* [ASSIGNED TASK] Give back exactly the lines of the material below that start at the line containing "v -50.457 23 -6.806" and end at the line containing "v 34.315 -23 -90.243", and no others.

* [MATERIAL SUPPLIED]
___

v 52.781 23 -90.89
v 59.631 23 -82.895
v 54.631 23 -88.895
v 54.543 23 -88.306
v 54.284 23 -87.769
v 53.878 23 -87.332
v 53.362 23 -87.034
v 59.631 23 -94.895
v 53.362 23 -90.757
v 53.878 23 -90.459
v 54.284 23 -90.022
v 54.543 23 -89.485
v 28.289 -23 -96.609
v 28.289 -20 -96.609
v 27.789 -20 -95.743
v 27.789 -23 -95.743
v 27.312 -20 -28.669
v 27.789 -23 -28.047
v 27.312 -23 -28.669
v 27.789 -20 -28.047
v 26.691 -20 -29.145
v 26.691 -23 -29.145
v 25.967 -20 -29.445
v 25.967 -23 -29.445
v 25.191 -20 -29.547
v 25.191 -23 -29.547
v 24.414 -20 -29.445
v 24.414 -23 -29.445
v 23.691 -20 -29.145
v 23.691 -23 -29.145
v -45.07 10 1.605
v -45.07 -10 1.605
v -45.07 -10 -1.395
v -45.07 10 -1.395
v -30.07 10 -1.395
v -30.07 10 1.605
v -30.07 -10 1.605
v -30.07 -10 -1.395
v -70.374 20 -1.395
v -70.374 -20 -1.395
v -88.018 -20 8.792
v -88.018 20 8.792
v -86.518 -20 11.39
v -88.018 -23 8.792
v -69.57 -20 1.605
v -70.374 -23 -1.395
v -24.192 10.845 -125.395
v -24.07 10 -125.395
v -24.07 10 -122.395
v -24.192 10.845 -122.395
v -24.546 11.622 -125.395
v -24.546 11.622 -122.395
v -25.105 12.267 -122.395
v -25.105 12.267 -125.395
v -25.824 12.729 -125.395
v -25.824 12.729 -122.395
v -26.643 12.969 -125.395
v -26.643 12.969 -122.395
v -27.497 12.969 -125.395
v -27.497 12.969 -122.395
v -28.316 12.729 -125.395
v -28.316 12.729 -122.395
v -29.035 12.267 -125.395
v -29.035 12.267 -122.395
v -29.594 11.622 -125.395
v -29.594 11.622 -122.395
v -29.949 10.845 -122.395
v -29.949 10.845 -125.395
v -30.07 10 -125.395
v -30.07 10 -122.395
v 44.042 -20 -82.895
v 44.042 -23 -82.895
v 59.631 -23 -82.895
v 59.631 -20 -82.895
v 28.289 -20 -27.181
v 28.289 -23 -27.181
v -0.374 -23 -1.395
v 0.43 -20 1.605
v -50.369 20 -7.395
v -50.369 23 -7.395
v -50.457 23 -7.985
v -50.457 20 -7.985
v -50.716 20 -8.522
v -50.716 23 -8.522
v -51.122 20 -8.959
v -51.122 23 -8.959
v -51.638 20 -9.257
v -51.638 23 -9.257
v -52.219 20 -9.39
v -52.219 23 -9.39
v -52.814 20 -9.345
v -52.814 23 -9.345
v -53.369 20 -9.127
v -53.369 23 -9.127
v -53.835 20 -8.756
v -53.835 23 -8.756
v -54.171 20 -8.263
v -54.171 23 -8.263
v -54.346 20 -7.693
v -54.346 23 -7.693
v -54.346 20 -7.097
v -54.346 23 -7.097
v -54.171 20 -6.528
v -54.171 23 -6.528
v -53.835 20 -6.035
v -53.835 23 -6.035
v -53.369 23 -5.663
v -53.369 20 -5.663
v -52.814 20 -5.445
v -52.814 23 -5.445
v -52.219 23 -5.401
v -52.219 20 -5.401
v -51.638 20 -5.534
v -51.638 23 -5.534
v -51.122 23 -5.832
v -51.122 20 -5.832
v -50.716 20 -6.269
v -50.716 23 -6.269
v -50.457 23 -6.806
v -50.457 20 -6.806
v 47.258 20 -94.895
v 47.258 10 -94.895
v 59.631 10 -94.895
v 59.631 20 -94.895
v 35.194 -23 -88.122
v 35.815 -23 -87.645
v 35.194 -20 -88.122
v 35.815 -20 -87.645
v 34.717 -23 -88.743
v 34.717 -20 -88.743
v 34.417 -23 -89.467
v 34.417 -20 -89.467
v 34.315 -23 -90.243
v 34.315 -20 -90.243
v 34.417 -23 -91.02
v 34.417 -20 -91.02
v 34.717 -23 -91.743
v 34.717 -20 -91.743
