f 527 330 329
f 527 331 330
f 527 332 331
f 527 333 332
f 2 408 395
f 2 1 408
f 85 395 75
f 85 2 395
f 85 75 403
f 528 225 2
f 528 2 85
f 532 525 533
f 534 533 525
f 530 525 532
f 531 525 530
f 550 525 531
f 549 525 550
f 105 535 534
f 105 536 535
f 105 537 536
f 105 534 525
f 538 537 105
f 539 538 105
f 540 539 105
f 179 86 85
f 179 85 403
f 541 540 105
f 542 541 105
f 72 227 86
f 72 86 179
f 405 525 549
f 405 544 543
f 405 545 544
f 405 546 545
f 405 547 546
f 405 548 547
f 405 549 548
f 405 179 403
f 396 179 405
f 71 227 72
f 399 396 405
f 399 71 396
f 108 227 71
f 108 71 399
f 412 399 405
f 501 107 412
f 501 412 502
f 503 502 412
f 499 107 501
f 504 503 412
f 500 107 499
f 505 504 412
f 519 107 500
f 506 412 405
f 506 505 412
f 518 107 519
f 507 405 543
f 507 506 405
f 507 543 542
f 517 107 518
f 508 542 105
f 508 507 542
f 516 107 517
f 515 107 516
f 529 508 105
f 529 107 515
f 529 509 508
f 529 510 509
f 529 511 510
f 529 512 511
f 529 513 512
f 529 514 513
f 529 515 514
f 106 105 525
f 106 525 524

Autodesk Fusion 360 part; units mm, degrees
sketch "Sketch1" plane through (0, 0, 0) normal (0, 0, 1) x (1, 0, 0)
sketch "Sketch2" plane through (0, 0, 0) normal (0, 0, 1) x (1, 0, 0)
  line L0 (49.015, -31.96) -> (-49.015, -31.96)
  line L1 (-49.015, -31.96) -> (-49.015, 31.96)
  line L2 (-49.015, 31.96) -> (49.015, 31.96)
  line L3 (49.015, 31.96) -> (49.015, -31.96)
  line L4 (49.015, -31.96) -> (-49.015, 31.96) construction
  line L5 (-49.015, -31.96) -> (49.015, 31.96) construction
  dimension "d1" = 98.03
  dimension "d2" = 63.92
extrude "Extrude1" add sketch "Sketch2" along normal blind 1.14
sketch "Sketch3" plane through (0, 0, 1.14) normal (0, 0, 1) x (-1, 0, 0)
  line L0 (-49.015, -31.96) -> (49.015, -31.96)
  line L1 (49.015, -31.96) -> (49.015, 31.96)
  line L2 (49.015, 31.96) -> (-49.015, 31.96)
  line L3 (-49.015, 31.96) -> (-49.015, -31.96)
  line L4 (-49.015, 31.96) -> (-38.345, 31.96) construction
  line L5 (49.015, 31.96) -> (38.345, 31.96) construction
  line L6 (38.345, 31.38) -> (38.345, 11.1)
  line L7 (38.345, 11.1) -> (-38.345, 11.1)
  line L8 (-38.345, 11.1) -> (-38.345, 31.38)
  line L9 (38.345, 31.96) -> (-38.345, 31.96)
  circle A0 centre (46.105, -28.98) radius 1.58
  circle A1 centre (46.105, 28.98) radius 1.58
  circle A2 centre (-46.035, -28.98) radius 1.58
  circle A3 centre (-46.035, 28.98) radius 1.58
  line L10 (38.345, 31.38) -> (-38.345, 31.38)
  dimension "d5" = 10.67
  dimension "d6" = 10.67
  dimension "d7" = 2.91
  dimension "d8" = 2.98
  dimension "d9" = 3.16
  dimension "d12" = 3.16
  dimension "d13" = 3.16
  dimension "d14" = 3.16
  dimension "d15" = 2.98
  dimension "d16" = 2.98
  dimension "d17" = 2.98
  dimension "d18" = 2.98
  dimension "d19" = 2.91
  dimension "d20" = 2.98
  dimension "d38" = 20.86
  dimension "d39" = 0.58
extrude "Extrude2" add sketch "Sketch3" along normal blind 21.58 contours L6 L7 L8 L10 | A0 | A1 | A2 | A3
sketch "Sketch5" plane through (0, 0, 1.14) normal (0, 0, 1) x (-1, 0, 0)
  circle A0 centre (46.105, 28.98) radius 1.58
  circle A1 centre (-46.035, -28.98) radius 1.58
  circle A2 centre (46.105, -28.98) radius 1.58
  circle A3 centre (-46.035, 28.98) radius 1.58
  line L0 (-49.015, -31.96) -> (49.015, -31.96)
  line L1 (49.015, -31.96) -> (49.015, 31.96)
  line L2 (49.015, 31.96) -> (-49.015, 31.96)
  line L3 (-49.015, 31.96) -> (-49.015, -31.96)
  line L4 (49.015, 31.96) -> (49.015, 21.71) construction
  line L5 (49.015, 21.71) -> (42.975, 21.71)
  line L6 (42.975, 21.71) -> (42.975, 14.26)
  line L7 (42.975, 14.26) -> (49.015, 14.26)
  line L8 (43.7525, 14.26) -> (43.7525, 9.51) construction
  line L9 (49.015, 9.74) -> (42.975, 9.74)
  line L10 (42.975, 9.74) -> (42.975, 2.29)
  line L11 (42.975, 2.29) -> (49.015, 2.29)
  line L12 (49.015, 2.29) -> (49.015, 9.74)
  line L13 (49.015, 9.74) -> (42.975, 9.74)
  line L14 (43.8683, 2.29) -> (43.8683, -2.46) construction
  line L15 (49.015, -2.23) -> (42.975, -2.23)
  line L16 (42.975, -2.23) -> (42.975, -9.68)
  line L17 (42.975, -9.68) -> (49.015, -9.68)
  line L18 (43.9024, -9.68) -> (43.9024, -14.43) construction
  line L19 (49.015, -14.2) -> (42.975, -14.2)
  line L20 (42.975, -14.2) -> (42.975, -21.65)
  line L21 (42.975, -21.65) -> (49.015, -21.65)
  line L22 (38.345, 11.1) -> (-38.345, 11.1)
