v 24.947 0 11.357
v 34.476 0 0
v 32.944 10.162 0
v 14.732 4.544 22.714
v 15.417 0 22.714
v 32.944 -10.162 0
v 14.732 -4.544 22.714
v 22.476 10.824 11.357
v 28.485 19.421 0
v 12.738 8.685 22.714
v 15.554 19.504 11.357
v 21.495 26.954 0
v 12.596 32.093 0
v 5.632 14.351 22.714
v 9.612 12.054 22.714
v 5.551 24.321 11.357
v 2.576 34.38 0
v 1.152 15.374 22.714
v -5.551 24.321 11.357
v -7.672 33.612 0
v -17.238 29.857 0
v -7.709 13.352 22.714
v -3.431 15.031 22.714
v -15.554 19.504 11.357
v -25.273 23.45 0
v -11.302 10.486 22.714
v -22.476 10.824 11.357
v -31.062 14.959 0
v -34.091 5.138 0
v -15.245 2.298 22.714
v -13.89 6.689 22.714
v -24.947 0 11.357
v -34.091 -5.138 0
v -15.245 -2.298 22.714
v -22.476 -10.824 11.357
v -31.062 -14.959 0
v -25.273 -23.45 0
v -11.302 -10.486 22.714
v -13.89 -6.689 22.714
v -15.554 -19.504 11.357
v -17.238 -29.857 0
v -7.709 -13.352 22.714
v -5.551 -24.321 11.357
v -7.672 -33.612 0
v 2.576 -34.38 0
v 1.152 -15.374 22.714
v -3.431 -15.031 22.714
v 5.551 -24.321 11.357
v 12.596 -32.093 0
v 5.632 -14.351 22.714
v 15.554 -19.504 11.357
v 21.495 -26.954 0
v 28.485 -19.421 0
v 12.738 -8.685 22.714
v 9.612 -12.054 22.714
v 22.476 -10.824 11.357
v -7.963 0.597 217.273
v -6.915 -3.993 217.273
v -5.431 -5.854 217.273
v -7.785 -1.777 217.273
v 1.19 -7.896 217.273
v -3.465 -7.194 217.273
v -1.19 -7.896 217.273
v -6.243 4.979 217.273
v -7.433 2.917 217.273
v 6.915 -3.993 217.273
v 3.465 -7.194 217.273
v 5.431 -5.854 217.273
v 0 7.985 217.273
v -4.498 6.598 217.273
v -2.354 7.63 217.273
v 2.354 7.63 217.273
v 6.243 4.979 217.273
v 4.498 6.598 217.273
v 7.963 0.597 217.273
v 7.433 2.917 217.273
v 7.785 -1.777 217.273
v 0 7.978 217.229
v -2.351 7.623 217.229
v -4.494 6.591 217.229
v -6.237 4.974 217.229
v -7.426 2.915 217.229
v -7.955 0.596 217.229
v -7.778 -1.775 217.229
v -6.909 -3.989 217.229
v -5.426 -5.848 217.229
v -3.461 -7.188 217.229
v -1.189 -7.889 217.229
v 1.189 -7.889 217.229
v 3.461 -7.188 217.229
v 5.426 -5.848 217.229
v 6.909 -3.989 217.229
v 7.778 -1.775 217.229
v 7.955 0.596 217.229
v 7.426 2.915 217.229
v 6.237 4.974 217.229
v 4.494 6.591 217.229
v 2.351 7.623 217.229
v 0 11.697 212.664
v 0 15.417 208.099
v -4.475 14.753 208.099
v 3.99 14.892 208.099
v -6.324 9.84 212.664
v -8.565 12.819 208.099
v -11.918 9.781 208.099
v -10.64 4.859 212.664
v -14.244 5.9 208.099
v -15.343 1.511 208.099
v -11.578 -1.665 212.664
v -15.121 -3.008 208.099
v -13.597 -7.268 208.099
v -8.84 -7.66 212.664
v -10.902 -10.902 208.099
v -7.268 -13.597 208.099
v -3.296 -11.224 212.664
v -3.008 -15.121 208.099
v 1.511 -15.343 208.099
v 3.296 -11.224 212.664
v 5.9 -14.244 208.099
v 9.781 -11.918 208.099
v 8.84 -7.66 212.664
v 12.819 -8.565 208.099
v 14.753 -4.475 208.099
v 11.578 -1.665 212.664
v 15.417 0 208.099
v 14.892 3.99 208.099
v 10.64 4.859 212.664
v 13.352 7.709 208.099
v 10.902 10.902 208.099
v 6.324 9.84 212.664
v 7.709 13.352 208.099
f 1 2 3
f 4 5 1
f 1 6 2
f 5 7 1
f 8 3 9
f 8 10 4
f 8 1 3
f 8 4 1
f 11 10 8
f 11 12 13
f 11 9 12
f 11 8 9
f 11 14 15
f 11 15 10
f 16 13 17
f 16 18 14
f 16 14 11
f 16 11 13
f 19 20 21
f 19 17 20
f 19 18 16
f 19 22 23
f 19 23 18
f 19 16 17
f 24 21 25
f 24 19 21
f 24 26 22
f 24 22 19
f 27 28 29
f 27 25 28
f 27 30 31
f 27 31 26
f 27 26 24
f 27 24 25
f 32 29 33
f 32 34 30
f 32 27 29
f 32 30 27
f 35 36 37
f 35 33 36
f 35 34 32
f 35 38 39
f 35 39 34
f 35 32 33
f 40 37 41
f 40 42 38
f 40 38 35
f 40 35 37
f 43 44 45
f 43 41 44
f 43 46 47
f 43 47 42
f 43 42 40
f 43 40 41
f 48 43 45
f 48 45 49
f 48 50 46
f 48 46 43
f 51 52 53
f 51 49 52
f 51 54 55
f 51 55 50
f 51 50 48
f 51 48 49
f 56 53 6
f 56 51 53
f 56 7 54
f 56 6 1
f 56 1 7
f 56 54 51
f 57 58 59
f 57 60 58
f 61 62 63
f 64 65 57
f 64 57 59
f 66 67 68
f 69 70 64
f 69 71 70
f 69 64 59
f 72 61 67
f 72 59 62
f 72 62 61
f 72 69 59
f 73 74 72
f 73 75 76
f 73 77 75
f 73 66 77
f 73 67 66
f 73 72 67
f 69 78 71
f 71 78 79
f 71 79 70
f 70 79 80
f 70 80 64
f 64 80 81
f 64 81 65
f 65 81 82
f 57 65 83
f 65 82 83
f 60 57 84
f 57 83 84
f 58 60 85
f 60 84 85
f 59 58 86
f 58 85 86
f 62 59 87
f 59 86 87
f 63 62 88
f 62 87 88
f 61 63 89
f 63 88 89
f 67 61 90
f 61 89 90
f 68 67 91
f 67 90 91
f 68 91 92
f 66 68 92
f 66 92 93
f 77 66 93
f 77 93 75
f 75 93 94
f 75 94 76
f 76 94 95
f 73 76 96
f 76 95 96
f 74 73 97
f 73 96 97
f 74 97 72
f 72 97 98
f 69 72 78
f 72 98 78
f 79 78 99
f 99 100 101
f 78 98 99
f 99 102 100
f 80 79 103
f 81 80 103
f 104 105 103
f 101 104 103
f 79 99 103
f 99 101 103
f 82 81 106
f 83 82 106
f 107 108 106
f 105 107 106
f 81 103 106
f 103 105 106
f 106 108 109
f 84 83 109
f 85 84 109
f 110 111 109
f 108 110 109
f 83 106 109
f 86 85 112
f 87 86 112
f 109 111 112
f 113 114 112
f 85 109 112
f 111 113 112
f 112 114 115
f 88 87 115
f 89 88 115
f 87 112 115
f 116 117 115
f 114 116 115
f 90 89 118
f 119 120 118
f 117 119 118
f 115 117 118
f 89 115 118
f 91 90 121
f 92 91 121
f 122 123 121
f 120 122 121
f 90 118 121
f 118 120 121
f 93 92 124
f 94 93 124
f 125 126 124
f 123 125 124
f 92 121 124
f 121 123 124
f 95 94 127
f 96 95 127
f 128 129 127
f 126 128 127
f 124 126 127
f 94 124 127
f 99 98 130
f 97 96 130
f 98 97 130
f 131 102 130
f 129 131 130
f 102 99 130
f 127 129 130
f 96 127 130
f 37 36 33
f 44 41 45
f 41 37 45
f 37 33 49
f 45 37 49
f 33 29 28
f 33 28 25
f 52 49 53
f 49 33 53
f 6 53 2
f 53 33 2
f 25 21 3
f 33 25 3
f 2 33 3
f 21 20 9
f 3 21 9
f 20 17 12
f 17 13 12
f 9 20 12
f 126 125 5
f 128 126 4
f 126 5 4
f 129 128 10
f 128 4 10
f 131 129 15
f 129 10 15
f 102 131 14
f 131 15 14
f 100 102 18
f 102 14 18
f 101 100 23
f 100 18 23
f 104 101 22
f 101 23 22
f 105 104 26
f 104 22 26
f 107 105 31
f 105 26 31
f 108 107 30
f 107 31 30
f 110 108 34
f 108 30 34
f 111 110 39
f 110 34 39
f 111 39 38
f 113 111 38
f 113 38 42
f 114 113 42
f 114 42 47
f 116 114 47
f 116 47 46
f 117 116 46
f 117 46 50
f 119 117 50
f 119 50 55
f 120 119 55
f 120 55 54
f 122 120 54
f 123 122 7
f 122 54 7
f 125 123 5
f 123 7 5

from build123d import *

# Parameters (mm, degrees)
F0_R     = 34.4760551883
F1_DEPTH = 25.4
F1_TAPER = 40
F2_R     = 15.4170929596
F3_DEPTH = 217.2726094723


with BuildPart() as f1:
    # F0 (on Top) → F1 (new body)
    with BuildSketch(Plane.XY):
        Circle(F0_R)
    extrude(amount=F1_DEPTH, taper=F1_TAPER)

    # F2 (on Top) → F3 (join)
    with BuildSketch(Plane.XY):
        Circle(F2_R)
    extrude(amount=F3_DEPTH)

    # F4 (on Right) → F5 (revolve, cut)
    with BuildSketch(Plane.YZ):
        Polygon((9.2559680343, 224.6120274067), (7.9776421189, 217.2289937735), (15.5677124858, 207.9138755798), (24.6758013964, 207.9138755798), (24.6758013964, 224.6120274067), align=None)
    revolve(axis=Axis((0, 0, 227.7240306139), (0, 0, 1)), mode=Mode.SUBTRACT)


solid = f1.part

___

* [OUTPUT FOR THIS EXERCISE]
v -50.457 23 -6.806
v -50.457 20 -6.806
v 47.258 20 -94.895
v 47.258 10 -94.895
v 59.631 10 -94.895
v 59.631 20 -94.895
v 35.194 -23 -88.122
v 35.815 -23 -87.645
v 35.194 -20 -88.122
v 35.815 -20 -87.645
v 34.717 -23 -88.743
v 34.717 -20 -88.743
v 34.417 -23 -89.467
v 34.417 -20 -89.467
v 34.315 -23 -90.243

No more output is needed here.